Member of the Politburo of the Workers' Party of Korea
- General Secretary: Kim Jong Un

Minister of Agriculture

Minister of Heavy Industry

Vice Premier of North Korea
- In office 18 January 2021 – 19 January 2026
- Premier: Kim Tok-hun Pak Thae-song

Personal details
- Born: North Korea
- Citizenship: North Korean
- Party: Workers' Party of Korea

Korean name
- Hangul: 양승호
- RR: Yang Seungho
- MR: Yang Sŭngho

= Yang Sung-ho =

North Korean politician

Yang Sung-ho (양승호) is a North Korean politician. He was a Vice Premier (2021-2026) and a member of the Politburo of the Central Committee of the Workers' Party of Korea (WPK). He served as Minister of Machinery and Industry, replacing Lee Jong Guk and since 2021 is serving as Minister of Agriculture in the North Korean Cabinet.

==Biography==
After working as manager of the Daan Heavy Machinery Federation, he was elected as a candidate (alternate) member for the 7th Central Committee at the 7th Congress of the Workers' Party of Korea (WPK) held on May 9, 2016, and in June of the same year. He was elected as deputy to the 13th convocation of the Supreme People's Assembly. At the 4th Plenary Session of the 7th Party Central Committee held on April 10, 2019, he was re-elected as a candidate for the Party Central Committee. He was appointed Minister of Machinery Industry at the First Session of the 14th Supreme People's Assembly held on April 11 the following day. At the 5th Plenary Meeting of the 7th Party Central Committee held on December 28 of the same year, he was elected as a member of the Party Central Committee. At the 3rd session of the 14th Supreme People's Assembly held on April 12, 2020, he was dismissed as Minister of Machinery Industry and appointed as Vice Premier.

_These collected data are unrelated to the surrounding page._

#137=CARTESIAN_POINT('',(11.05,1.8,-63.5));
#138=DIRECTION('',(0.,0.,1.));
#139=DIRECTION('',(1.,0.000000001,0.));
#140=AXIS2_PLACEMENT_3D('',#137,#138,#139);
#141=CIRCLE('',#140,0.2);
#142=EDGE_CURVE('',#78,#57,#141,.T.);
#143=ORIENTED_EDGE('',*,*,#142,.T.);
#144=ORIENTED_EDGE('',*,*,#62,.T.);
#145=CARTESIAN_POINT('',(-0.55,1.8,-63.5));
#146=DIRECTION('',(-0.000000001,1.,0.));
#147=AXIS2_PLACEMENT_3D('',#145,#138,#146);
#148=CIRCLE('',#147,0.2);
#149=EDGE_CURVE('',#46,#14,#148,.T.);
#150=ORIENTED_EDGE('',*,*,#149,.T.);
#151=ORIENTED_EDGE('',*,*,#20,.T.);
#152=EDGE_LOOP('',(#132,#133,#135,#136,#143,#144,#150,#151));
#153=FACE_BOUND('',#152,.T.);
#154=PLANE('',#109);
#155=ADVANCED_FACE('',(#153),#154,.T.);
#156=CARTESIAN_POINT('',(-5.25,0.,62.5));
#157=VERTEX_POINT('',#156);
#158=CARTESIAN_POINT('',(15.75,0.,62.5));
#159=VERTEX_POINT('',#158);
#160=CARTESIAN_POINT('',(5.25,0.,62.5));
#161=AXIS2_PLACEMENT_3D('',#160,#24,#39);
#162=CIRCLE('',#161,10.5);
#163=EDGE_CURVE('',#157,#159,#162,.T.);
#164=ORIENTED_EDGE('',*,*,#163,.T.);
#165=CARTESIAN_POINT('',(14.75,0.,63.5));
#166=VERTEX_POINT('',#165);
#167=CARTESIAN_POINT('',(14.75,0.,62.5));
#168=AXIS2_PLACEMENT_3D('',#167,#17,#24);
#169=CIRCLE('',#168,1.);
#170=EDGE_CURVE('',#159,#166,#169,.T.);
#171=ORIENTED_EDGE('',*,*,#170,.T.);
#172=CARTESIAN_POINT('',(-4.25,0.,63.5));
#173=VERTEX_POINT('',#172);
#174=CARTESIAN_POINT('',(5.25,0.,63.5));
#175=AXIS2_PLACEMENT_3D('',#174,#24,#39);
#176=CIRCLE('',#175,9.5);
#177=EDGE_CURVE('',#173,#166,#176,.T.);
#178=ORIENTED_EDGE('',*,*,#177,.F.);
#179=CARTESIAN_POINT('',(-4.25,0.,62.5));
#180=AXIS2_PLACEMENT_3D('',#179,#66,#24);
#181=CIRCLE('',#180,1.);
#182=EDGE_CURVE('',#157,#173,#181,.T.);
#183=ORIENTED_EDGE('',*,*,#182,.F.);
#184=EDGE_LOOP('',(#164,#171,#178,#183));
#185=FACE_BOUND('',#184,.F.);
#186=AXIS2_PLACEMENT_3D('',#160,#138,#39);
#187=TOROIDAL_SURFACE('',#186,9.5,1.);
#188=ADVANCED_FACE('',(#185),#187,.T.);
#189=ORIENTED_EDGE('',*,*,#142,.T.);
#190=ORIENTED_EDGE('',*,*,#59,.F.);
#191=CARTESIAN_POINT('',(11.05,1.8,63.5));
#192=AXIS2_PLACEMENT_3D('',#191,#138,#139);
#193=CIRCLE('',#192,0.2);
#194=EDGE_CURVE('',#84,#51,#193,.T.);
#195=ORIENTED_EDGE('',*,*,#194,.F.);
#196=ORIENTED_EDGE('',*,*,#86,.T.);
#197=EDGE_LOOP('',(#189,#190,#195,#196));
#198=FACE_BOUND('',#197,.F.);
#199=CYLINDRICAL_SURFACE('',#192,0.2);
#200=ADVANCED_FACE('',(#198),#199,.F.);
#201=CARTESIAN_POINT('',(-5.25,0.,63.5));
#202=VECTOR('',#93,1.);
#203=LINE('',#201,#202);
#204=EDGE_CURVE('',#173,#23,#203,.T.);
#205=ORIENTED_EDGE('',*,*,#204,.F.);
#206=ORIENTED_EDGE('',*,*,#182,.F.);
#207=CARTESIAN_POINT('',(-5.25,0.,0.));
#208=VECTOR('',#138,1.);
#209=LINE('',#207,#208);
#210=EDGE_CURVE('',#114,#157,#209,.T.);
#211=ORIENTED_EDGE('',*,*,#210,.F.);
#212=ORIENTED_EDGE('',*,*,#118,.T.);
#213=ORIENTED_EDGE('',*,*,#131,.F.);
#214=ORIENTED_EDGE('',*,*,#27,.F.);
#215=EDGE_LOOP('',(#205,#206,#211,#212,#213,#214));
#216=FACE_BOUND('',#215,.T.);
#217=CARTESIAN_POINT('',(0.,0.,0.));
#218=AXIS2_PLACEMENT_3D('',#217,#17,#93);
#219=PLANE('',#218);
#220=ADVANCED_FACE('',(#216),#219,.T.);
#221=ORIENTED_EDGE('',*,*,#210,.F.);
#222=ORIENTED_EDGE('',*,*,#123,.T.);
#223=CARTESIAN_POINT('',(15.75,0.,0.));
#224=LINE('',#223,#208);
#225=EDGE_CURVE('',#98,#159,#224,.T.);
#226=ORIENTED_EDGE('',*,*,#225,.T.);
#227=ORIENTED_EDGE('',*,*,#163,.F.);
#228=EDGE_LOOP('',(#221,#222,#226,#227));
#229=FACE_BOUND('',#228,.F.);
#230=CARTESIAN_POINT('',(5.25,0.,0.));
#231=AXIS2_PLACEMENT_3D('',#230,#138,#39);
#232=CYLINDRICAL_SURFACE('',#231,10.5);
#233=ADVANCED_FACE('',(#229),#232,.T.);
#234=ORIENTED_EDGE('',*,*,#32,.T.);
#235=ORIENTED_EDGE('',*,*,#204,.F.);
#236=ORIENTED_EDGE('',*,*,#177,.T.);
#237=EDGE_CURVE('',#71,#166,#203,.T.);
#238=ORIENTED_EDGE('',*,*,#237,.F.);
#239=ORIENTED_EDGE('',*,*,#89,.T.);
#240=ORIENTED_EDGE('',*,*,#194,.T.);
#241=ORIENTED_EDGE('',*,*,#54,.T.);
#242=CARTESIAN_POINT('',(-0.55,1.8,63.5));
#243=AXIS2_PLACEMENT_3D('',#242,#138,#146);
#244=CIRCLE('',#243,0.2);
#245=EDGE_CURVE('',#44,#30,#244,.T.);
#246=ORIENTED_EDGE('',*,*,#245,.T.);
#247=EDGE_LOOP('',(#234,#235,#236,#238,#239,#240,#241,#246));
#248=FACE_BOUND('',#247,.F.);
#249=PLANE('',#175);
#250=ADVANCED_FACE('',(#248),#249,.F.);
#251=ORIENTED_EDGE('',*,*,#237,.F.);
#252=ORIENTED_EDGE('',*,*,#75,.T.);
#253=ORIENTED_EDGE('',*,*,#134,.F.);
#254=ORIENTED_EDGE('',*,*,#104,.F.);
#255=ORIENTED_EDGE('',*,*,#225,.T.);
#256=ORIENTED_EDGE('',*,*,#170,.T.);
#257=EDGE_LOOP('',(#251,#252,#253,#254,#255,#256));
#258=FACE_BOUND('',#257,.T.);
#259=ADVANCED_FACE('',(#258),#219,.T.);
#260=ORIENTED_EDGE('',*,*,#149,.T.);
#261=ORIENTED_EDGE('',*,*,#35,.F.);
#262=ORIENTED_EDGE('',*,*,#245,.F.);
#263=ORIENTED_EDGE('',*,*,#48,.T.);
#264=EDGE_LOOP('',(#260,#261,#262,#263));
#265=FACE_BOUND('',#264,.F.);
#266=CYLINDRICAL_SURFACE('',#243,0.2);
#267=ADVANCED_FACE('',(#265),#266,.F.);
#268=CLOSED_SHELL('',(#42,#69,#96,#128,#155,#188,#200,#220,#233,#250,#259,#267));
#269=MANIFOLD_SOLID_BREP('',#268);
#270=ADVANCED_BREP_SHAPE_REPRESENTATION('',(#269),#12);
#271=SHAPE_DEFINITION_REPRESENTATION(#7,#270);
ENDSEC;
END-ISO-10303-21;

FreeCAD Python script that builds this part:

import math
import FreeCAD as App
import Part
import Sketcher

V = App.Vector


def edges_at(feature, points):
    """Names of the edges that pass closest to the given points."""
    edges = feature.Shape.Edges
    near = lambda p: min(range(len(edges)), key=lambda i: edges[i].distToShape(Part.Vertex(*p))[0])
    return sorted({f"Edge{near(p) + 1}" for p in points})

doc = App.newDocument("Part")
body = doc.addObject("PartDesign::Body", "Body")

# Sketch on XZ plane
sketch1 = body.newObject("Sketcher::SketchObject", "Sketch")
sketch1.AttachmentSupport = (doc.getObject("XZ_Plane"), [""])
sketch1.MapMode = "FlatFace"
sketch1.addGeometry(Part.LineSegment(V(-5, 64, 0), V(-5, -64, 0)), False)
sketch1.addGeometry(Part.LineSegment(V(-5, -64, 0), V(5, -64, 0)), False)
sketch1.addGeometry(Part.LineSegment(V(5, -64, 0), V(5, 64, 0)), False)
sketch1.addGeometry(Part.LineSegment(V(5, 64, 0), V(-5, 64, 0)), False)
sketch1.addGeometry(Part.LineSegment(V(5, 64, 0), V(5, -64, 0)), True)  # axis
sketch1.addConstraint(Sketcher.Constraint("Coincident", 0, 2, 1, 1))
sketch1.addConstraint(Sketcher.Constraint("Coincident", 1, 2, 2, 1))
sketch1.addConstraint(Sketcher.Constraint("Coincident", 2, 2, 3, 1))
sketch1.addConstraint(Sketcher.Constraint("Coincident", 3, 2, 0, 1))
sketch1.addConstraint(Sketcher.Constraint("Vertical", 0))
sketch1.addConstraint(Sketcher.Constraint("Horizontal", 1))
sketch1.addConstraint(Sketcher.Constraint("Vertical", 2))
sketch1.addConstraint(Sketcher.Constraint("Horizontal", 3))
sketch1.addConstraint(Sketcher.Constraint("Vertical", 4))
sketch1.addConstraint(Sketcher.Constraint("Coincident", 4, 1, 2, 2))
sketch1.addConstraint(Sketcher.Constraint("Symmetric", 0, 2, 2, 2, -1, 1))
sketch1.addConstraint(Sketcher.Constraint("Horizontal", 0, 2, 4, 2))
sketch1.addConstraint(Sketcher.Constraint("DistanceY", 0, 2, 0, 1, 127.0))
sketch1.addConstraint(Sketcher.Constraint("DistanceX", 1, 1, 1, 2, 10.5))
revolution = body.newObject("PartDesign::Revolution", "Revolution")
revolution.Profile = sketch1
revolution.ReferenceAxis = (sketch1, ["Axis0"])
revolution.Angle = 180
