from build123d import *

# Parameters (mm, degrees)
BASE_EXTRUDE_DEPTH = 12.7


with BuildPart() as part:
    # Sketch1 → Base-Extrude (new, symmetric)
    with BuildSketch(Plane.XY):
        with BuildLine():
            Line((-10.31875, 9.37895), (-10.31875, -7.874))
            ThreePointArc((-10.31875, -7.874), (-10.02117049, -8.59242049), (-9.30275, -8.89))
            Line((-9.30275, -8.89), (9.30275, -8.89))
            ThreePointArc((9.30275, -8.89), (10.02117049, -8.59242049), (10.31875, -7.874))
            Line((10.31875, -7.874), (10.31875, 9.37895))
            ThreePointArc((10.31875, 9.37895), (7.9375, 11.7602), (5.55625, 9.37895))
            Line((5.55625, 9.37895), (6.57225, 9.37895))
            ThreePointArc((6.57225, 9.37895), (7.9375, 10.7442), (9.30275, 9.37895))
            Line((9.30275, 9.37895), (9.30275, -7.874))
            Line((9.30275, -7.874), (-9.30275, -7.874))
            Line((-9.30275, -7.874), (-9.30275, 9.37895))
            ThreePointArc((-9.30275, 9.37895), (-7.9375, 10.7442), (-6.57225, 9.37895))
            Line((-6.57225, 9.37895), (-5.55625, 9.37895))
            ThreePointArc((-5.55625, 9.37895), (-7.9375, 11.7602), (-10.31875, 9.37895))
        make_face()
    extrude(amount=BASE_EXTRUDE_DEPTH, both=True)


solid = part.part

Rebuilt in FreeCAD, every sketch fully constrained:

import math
import FreeCAD as App
import Part
import Sketcher
Q = App.Units.Quantity

doc = App.newDocument("Part")
body = doc.addObject("PartDesign::Body", "Body")

sketch1 = body.newObject("Sketcher::SketchObject", "Sketch")
sketch1.AttachmentSupport = (doc.getObject("XY_Plane"), [""])
sketch1.MapMode = "FlatFace"
sketch1.addGeometry(Part.LineSegment(App.Vector(-10.3, 9.4, 0), App.Vector(-10.3, -7.9, 0)), False)
sketch1.addGeometry(Part.ArcOfCircle(Part.Circle(App.Vector(-9.3, -7.9, 0), App.Vector(0, 0, 1), 1), math.radians(180), math.radians(270)), False)
sketch1.addGeometry(Part.LineSegment(App.Vector(-9.3, -8.9, 0), App.Vector(9.3, -8.9, 0)), False)
sketch1.addGeometry(Part.ArcOfCircle(Part.Circle(App.Vector(9.3, -7.9, 0), App.Vector(0, 0, 1), 1), math.radians(-90), math.radians(0)), False)
sketch1.addGeometry(Part.LineSegment(App.Vector(10.3, -7.9, 0), App.Vector(10.3, 9.4, 0)), False)
sketch1.addGeometry(Part.ArcOfCircle(Part.Circle(App.Vector(7.9, 9.4, 0), App.Vector(0, 0, 1), 2.4), math.radians(0), math.radians(180)), False)
sketch1.addGeometry(Part.LineSegment(App.Vector(5.6, 9.4, 0), App.Vector(6.6, 9.4, 0)), False)
sketch1.addGeometry(Part.ArcOfCircle(Part.Circle(App.Vector(7.9, 9.4, 0), App.Vector(0, 0, 1), 1.4), math.radians(0), math.radians(180)), False)
sketch1.addGeometry(Part.LineSegment(App.Vector(9.3, 9.4, 0), App.Vector(9.3, -7.9, 0)), False)
sketch1.addGeometry(Part.LineSegment(App.Vector(9.3, -7.9, 0), App.Vector(-9.3, -7.9, 0)), False)
sketch1.addGeometry(Part.LineSegment(App.Vector(-9.3, -7.9, 0), App.Vector(-9.3, 9.4, 0)), False)
sketch1.addGeometry(Part.ArcOfCircle(Part.Circle(App.Vector(-7.9, 9.4, 0), App.Vector(0, 0, 1), 1.4), math.radians(0), math.radians(180)), False)
sketch1.addGeometry(Part.LineSegment(App.Vector(-6.6, 9.4, 0), App.Vector(-5.6, 9.4, 0)), False)
sketch1.addGeometry(Part.ArcOfCircle(Part.Circle(App.Vector(-7.9, 9.4, 0), App.Vector(0, 0, 1), 2.4), math.radians(0), math.radians(180)), False)
sketch1.addConstraint(Sketcher.Constraint("Tangent", 0, 2, 1, 1))
sketch1.addConstraint(Sketcher.Constraint("Tangent", 1, 2, 2, 1))
sketch1.addConstraint(Sketcher.Constraint("Tangent", 2, 2, 3, 1))
sketch1.addConstraint(Sketcher.Constraint("Tangent", 3, 2, 4, 1))
sketch1.addConstraint(Sketcher.Constraint("Tangent", 4, 2, 5, 1))
sketch1.addConstraint(Sketcher.Constraint("Coincident", 5, 2, 6, 1))
sketch1.addConstraint(Sketcher.Constraint("Coincident", 6, 2, 7, 2))
sketch1.addConstraint(Sketcher.Constraint("Tangent", 7, 1, 8, 1))
sketch1.addConstraint(Sketcher.Constraint("Coincident", 8, 2, 9, 1))
sketch1.addConstraint(Sketcher.Constraint("Coincident", 9, 2, 10, 1))
sketch1.addConstraint(Sketcher.Constraint("Tangent", 10, 2, 11, 2))
sketch1.addConstraint(Sketcher.Constraint("Coincident", 11, 1, 12, 1))
sketch1.addConstraint(Sketcher.Constraint("Coincident", 12, 2, 13, 1))
sketch1.addConstraint(Sketcher.Constraint("Tangent", 13, 2, 0, 1))
sketch1.addConstraint(Sketcher.Constraint("Vertical", 0))
sketch1.addConstraint(Sketcher.Constraint("Horizontal", 2))
sketch1.addConstraint(Sketcher.Constraint("Vertical", 4))
sketch1.addConstraint(Sketcher.Constraint("Horizontal", 6))
sketch1.addConstraint(Sketcher.Constraint("Vertical", 8))
sketch1.addConstraint(Sketcher.Constraint("Horizontal", 9))
sketch1.addConstraint(Sketcher.Constraint("Vertical", 10))
sketch1.addConstraint(Sketcher.Constraint("Horizontal", 12))
sketch1.addConstraint(Sketcher.Constraint("Coincident", 7, 3, 5, 3))
sketch1.addConstraint(Sketcher.Constraint("Coincident", 13, 3, 11, 3))
sketch1.addConstraint(Sketcher.Constraint("Coincident", 8, 2, 3, 3))
sketch1.addConstraint(Sketcher.Constraint("Coincident", 9, 2, 1, 3))
sketch1.addConstraint(Sketcher.Constraint("Equal", 7, 11))
sketch1.addConstraint(Sketcher.Constraint("Symmetric", 5, 3, 11, 3, -2))
sketch1.addConstraint(Sketcher.Constraint("Horizontal", 4, 2, 5, 2))
sketch1.addConstraint(Sketcher.Constraint("Horizontal", 10, 2, 11, 1))
sketch1.addConstraint(Sketcher.Constraint("Radius", 1, Q("0.04 in")))
sketch1.addConstraint(Sketcher.Constraint("Radius", 5, Q("0.09375 in")))
sketch1.addConstraint(Sketcher.Constraint("DistanceY", 1, 3, -1, 1, Q("0.31 in")))
sketch1.addConstraint(Sketcher.Constraint("DistanceX", 2, 1, 2, 2, Q("0.7325 in")))
sketch1.addConstraint(Sketcher.Constraint("DistanceY", 0, 2, 0, 1, Q("17.25295 mm")))
pad1 = body.newObject("PartDesign::Pad", "Pad")
pad1.Profile = sketch1
pad1.Length = Q("1 in")
pad1.Midplane = True

doc.recompute()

At the 8th Congress of the WPK, which was held from January 5, 2021, he was elected to the Executive Committee of the Congress and re-elected as a member of the 8th Central Committee of the WPK. In 18 January 2021, during 4th SPA Session, was also appointed to the Minister of Agriculture position.

He was publicly dismissed on January 19, 2026, during a speech by WPK General Secretary Kim Jong-un, who said:

"To put it simply, it was like hitching a goat to a cart, an accidental error in our cadre appointment process"... "After all, it's oxen that pull carts, not goats."